▶ TO DO
Starting with the first line of the records, write out each line exactly until you have included the line containing "f 432 433 431".

▶ RECORDS TO PROCESS
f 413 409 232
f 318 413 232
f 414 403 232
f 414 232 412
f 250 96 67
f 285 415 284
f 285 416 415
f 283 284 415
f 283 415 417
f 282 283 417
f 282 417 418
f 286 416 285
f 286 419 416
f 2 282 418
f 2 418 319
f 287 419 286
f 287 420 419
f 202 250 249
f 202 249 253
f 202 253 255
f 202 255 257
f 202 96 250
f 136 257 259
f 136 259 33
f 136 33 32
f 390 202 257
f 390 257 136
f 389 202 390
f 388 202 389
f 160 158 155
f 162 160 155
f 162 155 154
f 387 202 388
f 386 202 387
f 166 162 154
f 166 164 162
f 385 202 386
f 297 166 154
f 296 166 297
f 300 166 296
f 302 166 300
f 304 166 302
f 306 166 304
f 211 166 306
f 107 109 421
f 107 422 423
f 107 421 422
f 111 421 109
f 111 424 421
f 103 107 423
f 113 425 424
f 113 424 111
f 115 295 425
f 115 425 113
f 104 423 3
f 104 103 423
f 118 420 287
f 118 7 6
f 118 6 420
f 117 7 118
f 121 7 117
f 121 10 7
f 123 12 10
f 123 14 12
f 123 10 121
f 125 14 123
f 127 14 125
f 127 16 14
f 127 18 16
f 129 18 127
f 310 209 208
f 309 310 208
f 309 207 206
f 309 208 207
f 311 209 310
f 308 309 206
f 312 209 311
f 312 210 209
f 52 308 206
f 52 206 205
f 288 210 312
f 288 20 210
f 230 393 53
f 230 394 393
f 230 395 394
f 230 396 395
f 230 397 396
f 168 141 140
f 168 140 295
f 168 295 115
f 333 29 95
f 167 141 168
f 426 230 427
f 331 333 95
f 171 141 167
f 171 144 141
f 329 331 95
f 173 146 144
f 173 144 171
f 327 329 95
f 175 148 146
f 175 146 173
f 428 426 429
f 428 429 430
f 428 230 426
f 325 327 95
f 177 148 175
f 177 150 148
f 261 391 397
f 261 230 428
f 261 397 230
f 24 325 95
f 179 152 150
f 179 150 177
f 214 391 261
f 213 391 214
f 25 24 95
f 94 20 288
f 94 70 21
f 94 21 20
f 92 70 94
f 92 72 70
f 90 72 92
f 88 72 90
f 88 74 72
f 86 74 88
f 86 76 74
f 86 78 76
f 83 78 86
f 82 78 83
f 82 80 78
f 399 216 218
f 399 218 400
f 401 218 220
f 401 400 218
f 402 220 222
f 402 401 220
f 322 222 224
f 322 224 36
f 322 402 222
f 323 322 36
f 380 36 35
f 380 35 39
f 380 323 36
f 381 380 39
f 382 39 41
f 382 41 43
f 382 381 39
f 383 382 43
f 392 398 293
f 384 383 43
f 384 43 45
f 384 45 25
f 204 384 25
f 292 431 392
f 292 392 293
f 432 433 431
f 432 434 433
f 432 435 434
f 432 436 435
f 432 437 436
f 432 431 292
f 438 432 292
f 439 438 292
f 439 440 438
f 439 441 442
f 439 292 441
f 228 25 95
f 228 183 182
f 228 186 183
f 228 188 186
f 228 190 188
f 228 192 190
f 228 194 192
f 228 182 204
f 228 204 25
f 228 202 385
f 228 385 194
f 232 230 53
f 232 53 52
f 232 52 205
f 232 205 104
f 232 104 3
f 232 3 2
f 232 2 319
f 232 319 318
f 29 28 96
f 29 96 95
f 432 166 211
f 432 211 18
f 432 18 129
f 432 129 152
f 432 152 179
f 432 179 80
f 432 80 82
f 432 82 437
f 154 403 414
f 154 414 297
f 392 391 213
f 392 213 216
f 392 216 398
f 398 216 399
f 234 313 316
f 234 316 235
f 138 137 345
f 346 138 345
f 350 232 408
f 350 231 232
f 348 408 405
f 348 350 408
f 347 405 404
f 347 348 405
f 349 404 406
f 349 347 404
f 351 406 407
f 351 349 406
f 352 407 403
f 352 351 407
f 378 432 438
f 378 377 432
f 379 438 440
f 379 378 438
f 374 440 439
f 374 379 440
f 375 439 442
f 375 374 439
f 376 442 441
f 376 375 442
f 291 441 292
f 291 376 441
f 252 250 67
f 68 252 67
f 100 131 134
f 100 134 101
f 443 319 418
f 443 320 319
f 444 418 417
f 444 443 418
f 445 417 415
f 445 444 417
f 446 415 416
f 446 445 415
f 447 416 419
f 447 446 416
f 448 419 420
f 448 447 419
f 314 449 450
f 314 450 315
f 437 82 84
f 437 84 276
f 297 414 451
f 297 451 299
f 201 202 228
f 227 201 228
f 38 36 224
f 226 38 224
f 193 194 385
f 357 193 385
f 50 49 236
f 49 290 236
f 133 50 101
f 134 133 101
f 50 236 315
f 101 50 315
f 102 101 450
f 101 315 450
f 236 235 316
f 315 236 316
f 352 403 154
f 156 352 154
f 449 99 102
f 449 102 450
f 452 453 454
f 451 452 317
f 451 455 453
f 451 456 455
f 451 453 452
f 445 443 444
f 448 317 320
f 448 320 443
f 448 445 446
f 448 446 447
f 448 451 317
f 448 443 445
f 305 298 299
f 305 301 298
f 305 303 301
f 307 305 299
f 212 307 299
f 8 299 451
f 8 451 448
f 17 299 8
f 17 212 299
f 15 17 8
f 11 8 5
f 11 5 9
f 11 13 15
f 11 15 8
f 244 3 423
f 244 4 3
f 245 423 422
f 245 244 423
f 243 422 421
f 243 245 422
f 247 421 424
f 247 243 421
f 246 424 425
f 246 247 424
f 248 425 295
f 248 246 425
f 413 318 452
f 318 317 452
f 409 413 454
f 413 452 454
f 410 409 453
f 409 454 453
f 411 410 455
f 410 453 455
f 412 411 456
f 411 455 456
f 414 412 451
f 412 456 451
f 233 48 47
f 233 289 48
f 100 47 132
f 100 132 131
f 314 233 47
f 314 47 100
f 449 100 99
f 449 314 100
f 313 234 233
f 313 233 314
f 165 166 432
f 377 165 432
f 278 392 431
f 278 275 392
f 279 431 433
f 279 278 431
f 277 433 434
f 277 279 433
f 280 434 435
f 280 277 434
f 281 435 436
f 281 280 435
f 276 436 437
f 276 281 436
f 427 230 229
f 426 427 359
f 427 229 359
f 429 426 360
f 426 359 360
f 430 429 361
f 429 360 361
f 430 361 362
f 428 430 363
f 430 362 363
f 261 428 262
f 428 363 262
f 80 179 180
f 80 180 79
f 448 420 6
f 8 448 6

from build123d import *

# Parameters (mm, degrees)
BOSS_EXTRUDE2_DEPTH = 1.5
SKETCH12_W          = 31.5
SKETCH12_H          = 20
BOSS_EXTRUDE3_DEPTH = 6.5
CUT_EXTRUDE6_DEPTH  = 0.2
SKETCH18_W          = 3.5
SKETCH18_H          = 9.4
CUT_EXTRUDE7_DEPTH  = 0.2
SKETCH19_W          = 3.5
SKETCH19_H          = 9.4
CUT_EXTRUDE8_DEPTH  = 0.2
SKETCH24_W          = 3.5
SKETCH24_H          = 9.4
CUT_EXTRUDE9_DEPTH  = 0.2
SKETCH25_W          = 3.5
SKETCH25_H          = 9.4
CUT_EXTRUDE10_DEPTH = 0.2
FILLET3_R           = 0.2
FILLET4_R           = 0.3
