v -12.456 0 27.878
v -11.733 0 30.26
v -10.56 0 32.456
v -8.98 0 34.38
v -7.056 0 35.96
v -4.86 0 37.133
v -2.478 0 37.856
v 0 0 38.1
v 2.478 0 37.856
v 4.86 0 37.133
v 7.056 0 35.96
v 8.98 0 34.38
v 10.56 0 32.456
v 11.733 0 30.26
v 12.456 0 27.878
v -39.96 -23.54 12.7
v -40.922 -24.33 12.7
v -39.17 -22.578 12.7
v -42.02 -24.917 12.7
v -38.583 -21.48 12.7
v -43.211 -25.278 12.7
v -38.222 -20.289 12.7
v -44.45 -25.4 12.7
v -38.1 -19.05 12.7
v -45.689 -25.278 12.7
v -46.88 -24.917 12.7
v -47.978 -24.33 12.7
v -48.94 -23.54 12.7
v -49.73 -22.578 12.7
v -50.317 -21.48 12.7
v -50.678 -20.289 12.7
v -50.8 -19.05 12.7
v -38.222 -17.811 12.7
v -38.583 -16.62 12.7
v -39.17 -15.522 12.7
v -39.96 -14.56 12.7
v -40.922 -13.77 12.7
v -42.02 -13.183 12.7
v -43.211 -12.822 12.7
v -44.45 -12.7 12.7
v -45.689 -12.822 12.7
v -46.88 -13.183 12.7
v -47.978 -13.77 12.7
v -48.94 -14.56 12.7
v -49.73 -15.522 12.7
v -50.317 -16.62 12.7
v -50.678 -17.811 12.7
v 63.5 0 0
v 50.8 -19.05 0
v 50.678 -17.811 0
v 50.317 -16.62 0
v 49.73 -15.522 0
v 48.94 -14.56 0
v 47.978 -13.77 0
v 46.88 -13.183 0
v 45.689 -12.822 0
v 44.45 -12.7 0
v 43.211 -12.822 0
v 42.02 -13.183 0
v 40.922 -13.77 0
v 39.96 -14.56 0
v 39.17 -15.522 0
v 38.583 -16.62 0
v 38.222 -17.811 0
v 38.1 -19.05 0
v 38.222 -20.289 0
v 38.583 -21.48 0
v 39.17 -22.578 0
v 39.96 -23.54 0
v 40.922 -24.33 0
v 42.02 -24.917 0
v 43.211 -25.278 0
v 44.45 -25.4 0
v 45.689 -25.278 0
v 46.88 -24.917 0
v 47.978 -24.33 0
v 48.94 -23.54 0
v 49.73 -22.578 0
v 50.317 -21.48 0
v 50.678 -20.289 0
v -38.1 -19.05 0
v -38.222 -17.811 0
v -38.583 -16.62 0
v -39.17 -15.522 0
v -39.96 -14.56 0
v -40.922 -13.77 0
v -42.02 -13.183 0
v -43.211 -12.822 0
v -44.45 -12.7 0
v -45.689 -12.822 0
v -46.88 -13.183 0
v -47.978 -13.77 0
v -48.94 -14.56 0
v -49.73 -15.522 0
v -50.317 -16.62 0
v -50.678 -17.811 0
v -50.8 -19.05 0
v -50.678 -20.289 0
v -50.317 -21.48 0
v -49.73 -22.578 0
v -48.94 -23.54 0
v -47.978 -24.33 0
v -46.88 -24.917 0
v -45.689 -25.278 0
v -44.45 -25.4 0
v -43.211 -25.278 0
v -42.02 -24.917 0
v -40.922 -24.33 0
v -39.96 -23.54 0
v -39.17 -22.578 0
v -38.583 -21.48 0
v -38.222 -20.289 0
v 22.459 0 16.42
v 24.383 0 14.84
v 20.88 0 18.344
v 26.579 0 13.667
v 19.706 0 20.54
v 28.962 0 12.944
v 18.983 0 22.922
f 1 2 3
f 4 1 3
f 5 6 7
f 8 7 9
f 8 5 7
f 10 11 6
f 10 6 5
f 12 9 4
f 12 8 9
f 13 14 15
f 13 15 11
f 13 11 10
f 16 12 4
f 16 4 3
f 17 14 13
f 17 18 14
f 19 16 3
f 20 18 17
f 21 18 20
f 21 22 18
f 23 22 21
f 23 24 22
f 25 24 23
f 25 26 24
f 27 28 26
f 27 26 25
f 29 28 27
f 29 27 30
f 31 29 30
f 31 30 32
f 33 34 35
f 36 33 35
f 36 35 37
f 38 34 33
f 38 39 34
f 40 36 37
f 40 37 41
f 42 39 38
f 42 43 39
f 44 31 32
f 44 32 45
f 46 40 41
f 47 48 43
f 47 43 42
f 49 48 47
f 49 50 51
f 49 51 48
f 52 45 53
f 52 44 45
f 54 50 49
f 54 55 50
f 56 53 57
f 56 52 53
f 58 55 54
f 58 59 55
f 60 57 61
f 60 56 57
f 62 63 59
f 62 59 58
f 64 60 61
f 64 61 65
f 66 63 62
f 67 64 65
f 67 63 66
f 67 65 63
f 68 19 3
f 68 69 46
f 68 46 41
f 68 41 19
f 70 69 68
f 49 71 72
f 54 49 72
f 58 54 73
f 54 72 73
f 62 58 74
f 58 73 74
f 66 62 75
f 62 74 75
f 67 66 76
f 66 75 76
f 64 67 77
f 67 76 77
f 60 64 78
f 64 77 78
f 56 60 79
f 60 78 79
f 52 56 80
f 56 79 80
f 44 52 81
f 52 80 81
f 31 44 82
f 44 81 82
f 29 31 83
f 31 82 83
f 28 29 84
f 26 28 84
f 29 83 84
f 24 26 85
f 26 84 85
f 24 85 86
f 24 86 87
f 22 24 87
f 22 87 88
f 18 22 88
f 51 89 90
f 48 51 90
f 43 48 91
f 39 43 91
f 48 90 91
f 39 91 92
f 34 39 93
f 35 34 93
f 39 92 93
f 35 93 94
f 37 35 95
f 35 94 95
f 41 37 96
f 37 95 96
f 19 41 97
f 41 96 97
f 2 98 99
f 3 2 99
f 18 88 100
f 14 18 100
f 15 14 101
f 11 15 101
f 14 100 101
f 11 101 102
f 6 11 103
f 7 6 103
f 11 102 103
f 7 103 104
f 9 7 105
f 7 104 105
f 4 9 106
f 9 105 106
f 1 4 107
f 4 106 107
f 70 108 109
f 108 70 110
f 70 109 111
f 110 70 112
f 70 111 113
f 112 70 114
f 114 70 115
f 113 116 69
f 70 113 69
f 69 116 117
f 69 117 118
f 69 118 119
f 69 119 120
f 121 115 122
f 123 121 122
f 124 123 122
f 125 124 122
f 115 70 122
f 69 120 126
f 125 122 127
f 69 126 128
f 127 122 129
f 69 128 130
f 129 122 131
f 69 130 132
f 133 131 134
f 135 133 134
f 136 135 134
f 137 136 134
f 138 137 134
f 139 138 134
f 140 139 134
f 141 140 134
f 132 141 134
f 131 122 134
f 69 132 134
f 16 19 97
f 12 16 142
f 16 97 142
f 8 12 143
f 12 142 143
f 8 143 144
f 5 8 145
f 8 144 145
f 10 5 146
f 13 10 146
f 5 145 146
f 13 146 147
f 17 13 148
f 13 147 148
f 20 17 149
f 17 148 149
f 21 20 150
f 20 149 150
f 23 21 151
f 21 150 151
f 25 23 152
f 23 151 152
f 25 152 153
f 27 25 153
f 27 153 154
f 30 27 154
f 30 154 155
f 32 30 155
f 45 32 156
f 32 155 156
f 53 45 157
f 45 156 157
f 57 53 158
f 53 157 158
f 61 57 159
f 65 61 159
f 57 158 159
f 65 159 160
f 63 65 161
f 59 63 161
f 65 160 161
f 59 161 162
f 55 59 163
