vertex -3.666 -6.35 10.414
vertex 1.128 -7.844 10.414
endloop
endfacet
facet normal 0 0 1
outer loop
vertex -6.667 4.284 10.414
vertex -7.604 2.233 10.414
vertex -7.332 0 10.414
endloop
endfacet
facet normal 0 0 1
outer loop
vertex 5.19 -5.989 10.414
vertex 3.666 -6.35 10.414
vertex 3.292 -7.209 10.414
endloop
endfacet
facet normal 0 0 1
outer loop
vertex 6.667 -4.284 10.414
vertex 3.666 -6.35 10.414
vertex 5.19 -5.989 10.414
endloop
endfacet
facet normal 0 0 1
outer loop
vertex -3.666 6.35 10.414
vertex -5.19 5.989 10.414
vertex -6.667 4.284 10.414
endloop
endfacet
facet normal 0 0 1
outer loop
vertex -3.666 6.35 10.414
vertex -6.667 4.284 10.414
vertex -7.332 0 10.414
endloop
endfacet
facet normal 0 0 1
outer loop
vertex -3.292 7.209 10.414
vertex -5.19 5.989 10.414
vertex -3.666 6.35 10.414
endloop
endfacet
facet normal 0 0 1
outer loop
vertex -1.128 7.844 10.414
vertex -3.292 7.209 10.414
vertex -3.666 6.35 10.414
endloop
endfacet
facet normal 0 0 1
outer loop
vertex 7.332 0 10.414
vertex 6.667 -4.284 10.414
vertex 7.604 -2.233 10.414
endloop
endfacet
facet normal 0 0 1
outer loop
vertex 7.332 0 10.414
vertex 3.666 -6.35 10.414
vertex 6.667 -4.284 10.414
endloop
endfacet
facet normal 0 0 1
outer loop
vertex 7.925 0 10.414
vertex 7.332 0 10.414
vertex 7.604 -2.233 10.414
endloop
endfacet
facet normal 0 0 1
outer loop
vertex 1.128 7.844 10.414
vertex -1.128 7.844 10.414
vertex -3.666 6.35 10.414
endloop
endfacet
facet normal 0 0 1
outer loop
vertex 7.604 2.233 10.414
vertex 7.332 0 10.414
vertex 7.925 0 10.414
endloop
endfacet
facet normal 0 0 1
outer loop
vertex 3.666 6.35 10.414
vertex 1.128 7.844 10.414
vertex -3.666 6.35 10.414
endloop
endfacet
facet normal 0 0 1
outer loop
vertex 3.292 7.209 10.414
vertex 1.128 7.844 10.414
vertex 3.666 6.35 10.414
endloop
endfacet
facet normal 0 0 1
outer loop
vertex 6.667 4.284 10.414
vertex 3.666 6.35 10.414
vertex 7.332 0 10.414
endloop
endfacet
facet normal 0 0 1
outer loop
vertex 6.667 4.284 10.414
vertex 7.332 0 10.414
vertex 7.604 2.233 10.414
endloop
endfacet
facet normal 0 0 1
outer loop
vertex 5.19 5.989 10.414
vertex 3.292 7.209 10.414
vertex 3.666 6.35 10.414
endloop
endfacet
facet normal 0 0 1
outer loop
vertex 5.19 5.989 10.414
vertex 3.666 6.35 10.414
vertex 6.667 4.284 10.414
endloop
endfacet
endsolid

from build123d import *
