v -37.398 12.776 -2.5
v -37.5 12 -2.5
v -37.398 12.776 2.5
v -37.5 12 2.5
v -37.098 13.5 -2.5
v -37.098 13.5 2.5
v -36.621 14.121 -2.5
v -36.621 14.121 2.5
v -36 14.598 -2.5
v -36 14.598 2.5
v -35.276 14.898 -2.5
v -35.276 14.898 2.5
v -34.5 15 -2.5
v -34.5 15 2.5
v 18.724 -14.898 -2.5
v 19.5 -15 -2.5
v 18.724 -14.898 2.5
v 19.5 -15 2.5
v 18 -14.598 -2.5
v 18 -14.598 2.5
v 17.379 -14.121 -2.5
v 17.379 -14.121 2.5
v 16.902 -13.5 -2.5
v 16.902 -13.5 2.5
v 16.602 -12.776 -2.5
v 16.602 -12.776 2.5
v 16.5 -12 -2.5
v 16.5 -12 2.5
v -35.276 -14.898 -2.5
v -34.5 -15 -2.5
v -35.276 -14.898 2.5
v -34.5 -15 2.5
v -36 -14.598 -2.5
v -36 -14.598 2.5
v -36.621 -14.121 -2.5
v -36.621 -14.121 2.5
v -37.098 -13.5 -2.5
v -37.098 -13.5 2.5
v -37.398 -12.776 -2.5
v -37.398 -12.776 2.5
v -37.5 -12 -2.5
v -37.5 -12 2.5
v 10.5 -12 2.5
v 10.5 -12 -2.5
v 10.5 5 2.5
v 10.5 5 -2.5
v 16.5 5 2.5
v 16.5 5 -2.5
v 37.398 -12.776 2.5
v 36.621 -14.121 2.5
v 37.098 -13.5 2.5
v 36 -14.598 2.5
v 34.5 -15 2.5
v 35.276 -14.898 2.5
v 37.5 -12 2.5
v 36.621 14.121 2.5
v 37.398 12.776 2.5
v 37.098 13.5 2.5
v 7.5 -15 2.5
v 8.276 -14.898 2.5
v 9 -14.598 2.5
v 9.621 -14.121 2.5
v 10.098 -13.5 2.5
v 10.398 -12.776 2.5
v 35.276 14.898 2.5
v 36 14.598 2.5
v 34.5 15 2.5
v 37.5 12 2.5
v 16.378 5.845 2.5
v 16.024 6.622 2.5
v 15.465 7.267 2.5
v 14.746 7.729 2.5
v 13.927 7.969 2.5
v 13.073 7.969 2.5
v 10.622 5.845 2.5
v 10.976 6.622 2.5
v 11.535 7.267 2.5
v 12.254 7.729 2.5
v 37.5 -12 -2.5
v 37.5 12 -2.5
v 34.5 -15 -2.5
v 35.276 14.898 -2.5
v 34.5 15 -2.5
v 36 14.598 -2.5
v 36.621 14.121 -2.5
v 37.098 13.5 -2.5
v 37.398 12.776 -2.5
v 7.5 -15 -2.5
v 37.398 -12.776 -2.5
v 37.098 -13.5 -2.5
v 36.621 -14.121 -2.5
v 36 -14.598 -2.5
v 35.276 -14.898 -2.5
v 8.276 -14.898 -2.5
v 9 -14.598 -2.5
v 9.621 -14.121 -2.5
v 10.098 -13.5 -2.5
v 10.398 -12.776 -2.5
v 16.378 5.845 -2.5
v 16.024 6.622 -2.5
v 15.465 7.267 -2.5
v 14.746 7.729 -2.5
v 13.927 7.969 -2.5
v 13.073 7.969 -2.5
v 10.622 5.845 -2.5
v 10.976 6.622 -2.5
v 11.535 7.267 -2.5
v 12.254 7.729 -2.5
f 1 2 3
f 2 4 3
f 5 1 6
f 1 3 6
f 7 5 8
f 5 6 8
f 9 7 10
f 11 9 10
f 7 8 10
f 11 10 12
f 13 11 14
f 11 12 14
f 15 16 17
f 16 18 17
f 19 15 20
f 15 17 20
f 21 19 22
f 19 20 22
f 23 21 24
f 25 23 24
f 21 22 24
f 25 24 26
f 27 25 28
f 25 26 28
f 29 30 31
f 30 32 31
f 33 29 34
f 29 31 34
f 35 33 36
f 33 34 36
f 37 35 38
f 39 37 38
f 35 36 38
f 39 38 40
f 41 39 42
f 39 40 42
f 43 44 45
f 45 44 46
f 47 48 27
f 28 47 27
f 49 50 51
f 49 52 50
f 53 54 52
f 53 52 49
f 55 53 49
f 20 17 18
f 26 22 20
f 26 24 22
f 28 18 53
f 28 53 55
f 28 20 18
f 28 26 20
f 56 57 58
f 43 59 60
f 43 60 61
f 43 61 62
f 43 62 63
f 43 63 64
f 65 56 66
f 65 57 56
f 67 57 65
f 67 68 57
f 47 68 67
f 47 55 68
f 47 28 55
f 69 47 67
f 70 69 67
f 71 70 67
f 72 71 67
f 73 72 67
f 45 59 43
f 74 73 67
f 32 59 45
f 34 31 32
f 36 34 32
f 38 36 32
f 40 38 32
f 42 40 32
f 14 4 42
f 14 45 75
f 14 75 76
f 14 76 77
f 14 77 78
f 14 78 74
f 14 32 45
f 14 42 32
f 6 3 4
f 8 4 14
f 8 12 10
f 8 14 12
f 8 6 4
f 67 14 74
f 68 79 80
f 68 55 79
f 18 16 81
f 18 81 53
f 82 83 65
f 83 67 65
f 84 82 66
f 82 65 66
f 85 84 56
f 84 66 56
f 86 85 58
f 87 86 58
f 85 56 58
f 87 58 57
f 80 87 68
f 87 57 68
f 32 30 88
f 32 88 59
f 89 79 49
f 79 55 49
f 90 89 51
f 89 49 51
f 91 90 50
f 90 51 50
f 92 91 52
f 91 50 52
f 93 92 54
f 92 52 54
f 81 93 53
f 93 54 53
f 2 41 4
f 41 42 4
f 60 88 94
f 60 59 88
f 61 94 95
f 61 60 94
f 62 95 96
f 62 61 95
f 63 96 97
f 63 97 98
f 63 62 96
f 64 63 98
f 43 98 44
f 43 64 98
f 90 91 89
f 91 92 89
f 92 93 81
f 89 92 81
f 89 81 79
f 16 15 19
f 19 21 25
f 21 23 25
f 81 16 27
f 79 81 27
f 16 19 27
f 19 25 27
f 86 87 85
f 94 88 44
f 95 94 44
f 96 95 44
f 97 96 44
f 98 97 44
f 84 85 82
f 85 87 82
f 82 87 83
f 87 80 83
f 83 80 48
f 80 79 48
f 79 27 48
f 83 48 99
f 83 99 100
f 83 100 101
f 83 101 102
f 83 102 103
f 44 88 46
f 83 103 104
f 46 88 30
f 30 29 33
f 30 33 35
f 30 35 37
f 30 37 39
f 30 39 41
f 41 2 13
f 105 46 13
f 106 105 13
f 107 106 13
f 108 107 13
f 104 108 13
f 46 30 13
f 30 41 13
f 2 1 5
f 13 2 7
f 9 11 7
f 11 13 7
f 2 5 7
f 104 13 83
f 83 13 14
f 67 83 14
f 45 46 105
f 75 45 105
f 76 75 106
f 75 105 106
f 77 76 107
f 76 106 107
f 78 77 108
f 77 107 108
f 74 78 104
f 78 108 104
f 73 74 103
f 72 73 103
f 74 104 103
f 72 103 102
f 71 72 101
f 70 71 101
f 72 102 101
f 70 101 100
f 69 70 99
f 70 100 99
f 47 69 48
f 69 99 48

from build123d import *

# Parameters (mm, degrees)
PLAT_W                      = 30
PLAT_H                      = 5
EL_MENT_M_CANO_SOUD_1_DEPTH = 75
ENL_V_MAT_EXTRU_1_DEPTH     = 6
CONG_1_R                    = 3


with BuildPart() as part:
    # plat → Elément mécano-soudé1 (new body)
    with BuildSketch(Plane.YZ.offset(-37.5)):
        Rectangle(PLAT_W, PLAT_H)
    extrude(amount=EL_MENT_M_CANO_SOUD_1_DEPTH)

    # Esquisse2 → Enlèv. mat.-Extru.1 (cut, through all)
    with BuildSketch(Plane(origin=(0, 0, -2.5), x_dir=(-1, 0, 0), z_dir=(0, 0, -1))):
        with BuildLine():
            Line((-16.5, -15), (-10.5, -15))
            Line((-10.5, -15), (-10.5, 5))
            ThreePointArc((-10.5, 5), (-13.5, 8), (-16.5, 5))
            Line((-16.5, 5), (-16.5, -15))
        make_face()
    extrude(amount=-ENL_V_MAT_EXTRU_1_DEPTH, mode=Mode.SUBTRACT)

    # Congé1
    cong_1_edges = [part.edges().sort_by_distance(p)[0] for p in [
        (37.5, 15, 0),
        (16.5, -15, 0),
        (10.5, -15, 0),
        (37.5, -15, 0),
        (-37.5, 15, 0),
        (-37.5, -15, 0),
    ]]
    fillet(cong_1_edges, radius=CONG_1_R)


solid = part.part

▶ RESULT
f 413 409 232
f 318 413 232
f 414 403 232
f 414 232 412
f 250 96 67
f 285 415 284
f 285 416 415
f 283 284 415
f 283 415 417
f 282 283 417
f 282 417 418
f 286 416 285
f 286 419 416
f 2 282 418
f 2 418 319
f 287 419 286
f 287 420 419
f 202 250 249
f 202 249 253
f 202 253 255
f 202 255 257
f 202 96 250
f 136 257 259
f 136 259 33
f 136 33 32
f 390 202 257
f 390 257 136
f 389 202 390
f 388 202 389
f 160 158 155
f 162 160 155
f 162 155 154
f 387 202 388
f 386 202 387
f 166 162 154
f 166 164 162
f 385 202 386
f 297 166 154
f 296 166 297
f 300 166 296
f 302 166 300
f 304 166 302
f 306 166 304
f 211 166 306
f 107 109 421
f 107 422 423
f 107 421 422
f 111 421 109
f 111 424 421
f 103 107 423
f 113 425 424
f 113 424 111
f 115 295 425
f 115 425 113
f 104 423 3
f 104 103 423
f 118 420 287
f 118 7 6
f 118 6 420
f 117 7 118
f 121 7 117
f 121 10 7
f 123 12 10
f 123 14 12
f 123 10 121
f 125 14 123
f 127 14 125
f 127 16 14
f 127 18 16
f 129 18 127
f 310 209 208
f 309 310 208
f 309 207 206
f 309 208 207
f 311 209 310
f 308 309 206
f 312 209 311
f 312 210 209
f 52 308 206
f 52 206 205
f 288 210 312
f 288 20 210
f 230 393 53
f 230 394 393
f 230 395 394
f 230 396 395
f 230 397 396
f 168 141 140
f 168 140 295
f 168 295 115
f 333 29 95
f 167 141 168
f 426 230 427
f 331 333 95
f 171 141 167
f 171 144 141
f 329 331 95
f 173 146 144
f 173 144 171
f 327 329 95
f 175 148 146
f 175 146 173
f 428 426 429
f 428 429 430
f 428 230 426
f 325 327 95
f 177 148 175
f 177 150 148
f 261 391 397
f 261 230 428
f 261 397 230
f 24 325 95
f 179 152 150
f 179 150 177
f 214 391 261
f 213 391 214
f 25 24 95
f 94 20 288
f 94 70 21
f 94 21 20
f 92 70 94
f 92 72 70
f 90 72 92
f 88 72 90
f 88 74 72
f 86 74 88
f 86 76 74
f 86 78 76
f 83 78 86
f 82 78 83
f 82 80 78
f 399 216 218
f 399 218 400
f 401 218 220
f 401 400 218
f 402 220 222
f 402 401 220
f 322 222 224
f 322 224 36
f 322 402 222
f 323 322 36
f 380 36 35
f 380 35 39
f 380 323 36
f 381 380 39
f 382 39 41
f 382 41 43
f 382 381 39
f 383 382 43
f 392 398 293
f 384 383 43
f 384 43 45
f 384 45 25
f 204 384 25
f 292 431 392
f 292 392 293
f 432 433 431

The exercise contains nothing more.